院子里死一般的寂静。
所有人的目光都钉在林凡身上,眼神各异。
一大爷易中海的眼神里带着审视和疑惑,他在评估这个年轻人回来的分量。
贾张氏的哭嚎停了,一双三角眼里迸发出贪婪的光,上上下下地打量着林凡那身崭新的干部服,仿佛在估价。
恰好从后院出来的许大茂,看到林凡这副派头,眼里瞬间涌上毫不掩饰的嫉妒和不屑,撇了撇嘴。
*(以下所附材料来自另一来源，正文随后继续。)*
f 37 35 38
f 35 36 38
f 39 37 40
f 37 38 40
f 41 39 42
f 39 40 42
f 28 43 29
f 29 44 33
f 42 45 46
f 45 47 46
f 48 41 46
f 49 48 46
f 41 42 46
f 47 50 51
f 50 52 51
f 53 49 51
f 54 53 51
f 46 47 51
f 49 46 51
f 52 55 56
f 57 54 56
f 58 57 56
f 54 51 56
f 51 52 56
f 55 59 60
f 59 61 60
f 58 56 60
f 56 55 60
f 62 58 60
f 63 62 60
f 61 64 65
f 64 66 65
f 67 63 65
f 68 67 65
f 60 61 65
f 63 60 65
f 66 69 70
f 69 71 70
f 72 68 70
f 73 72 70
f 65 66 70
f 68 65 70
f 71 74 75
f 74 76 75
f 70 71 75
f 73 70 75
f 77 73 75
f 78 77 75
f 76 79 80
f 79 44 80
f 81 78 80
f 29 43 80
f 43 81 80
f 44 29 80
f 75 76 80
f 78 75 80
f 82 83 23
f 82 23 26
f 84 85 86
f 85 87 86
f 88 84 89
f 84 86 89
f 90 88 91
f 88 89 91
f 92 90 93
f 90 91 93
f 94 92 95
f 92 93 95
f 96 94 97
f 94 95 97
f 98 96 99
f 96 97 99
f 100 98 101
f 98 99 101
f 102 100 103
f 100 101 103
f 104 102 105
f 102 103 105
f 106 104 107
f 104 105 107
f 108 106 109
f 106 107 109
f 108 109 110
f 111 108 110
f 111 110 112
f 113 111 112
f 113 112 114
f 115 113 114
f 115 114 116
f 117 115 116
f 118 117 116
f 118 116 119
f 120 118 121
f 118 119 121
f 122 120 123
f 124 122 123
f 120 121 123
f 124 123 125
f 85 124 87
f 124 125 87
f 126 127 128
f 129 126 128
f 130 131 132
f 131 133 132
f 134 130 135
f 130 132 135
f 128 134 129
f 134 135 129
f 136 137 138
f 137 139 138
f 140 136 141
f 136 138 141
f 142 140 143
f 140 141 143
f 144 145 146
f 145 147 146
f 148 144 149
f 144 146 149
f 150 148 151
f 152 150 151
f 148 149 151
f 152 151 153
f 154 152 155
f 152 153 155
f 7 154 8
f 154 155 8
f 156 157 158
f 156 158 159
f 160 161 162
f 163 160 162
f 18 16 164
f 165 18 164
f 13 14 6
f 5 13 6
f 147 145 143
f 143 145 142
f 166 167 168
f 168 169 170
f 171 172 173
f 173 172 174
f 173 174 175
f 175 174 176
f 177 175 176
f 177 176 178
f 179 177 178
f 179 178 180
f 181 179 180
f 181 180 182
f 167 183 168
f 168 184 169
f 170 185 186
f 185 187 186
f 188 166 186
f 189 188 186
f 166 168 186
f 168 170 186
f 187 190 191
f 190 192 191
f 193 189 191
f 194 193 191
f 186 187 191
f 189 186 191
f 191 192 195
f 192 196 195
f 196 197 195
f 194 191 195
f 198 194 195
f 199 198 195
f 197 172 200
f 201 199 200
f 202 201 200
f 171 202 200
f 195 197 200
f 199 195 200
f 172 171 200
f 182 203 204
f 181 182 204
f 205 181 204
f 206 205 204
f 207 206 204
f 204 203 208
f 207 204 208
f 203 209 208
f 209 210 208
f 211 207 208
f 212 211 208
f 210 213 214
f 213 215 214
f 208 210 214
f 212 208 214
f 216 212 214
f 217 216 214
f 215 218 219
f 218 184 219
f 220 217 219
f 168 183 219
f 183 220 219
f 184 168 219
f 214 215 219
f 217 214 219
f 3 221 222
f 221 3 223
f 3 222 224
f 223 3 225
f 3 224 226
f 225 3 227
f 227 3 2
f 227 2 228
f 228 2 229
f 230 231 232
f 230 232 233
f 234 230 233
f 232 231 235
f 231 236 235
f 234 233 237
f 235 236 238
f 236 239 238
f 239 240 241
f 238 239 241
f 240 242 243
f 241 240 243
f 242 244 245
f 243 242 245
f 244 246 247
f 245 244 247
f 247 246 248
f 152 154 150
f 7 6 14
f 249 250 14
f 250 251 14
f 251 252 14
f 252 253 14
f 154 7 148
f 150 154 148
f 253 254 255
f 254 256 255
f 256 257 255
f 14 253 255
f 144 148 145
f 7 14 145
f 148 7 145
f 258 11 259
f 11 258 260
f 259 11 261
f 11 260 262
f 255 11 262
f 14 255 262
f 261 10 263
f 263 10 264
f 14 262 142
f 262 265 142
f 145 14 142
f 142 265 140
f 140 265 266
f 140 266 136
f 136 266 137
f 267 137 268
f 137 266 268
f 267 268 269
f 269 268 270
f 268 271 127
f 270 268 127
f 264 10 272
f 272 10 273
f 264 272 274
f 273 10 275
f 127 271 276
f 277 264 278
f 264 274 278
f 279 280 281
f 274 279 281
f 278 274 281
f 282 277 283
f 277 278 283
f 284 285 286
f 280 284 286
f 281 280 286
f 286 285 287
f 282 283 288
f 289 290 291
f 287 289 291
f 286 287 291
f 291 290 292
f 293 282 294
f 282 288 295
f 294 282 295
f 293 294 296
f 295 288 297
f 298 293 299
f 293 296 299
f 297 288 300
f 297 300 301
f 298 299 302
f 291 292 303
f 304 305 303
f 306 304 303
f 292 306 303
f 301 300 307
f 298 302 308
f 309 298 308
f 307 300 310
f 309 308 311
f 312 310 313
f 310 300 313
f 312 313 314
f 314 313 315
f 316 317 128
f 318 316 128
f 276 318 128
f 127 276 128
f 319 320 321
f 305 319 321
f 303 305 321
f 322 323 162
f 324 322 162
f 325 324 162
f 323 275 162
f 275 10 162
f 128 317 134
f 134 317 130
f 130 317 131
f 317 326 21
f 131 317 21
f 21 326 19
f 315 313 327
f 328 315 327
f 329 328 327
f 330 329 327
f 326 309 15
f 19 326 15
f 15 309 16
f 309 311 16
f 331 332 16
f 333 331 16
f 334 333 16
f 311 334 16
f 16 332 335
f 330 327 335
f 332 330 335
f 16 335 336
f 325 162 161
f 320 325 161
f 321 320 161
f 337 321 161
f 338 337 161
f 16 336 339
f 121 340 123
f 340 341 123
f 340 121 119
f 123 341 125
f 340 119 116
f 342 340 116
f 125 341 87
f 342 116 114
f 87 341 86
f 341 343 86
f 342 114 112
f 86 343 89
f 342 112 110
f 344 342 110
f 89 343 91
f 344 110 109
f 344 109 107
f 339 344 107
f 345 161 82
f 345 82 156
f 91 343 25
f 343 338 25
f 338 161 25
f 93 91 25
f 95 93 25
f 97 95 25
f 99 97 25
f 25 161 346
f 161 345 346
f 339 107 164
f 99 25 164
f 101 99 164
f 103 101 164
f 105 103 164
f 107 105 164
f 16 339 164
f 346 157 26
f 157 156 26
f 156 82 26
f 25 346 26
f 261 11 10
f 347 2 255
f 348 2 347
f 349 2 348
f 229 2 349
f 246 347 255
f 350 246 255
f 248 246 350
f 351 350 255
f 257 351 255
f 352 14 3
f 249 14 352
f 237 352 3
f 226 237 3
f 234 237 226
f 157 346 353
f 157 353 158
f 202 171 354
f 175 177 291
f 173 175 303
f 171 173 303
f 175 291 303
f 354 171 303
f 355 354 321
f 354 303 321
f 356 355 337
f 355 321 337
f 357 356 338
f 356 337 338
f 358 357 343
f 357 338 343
林凡对这些目光视若无睹,他走到自家门前,掏出钥匙,打开了那把锈迹斑斑的锁。
“吱呀——”
一股子尘土和冷灶灰的混合气味呛得他直皱眉。屋里暗沉沉的,唯一的光源是糊着旧报纸的窗户。一张桌子瘸着腿,拿几块青砖垫着;墙角的米缸见了底,旁边扔着几个干瘪的、长了芽的土豆。风从窗户缝里钻进来,刮得人骨头缝都凉。
林凡的心,猛地一沉。
他对这个家的困境,有了更直观、更刺痛的认识。
“哥……”
一个怯生生的声音在身后响起。林小草小心翼翼地跟了进来,低着头,不敢看他。
她面黄肌瘦,头发枯黄,身上的衣服洗得发白,还打着好几个补丁,整个人比同龄的孩子要小上一圈。
林凡转过身,看着眼前这个瘦弱的妹妹,前世孤身一人的他,心中最柔软的地方被狠狠地刺了一下。一股强烈的保护欲油然而生。
在这一刻,他才真正将林小草,当成了自己在这个世界上唯一的亲人。
“小草。”林凡走过去,宽厚温暖的大手,轻轻摸了摸妹妹的头,声音是从未有过的温柔,“哥回来了。以后有哥在,再也不会让你挨饿受欺负了。”
林小草猛地抬起头,看着哥哥那张坚毅而温暖的脸,眼圈“唰”地一下就红了。她强忍着没让眼泪掉下来,只是用力地、用力地点了点头。
这个承诺,比任何山珍海味都让她感到安心。
兄妹俩坐在桌边,通过和小草断断续续的交谈,林凡拼凑出了这些年的真相。
父亲在他参军后不久,就在厂里出了工伤,没撑多久就去世了。厂里发下了一笔抚恤金,却被以一大爷易中海为首的几位大爷以“代为保管”、“主持公道”的名义,办白事、走人情,花得七七八八。
剩下的那点钱和票,根本不够兄妹俩生活。
而住在隔壁的贾家,更是把他们家当成了予取予求的粮仓。贾张氏隔三差五就上门“借”点棒子面,秦淮茹则带着棒梗来“串门”,顺手牵羊拿走几颗土豆。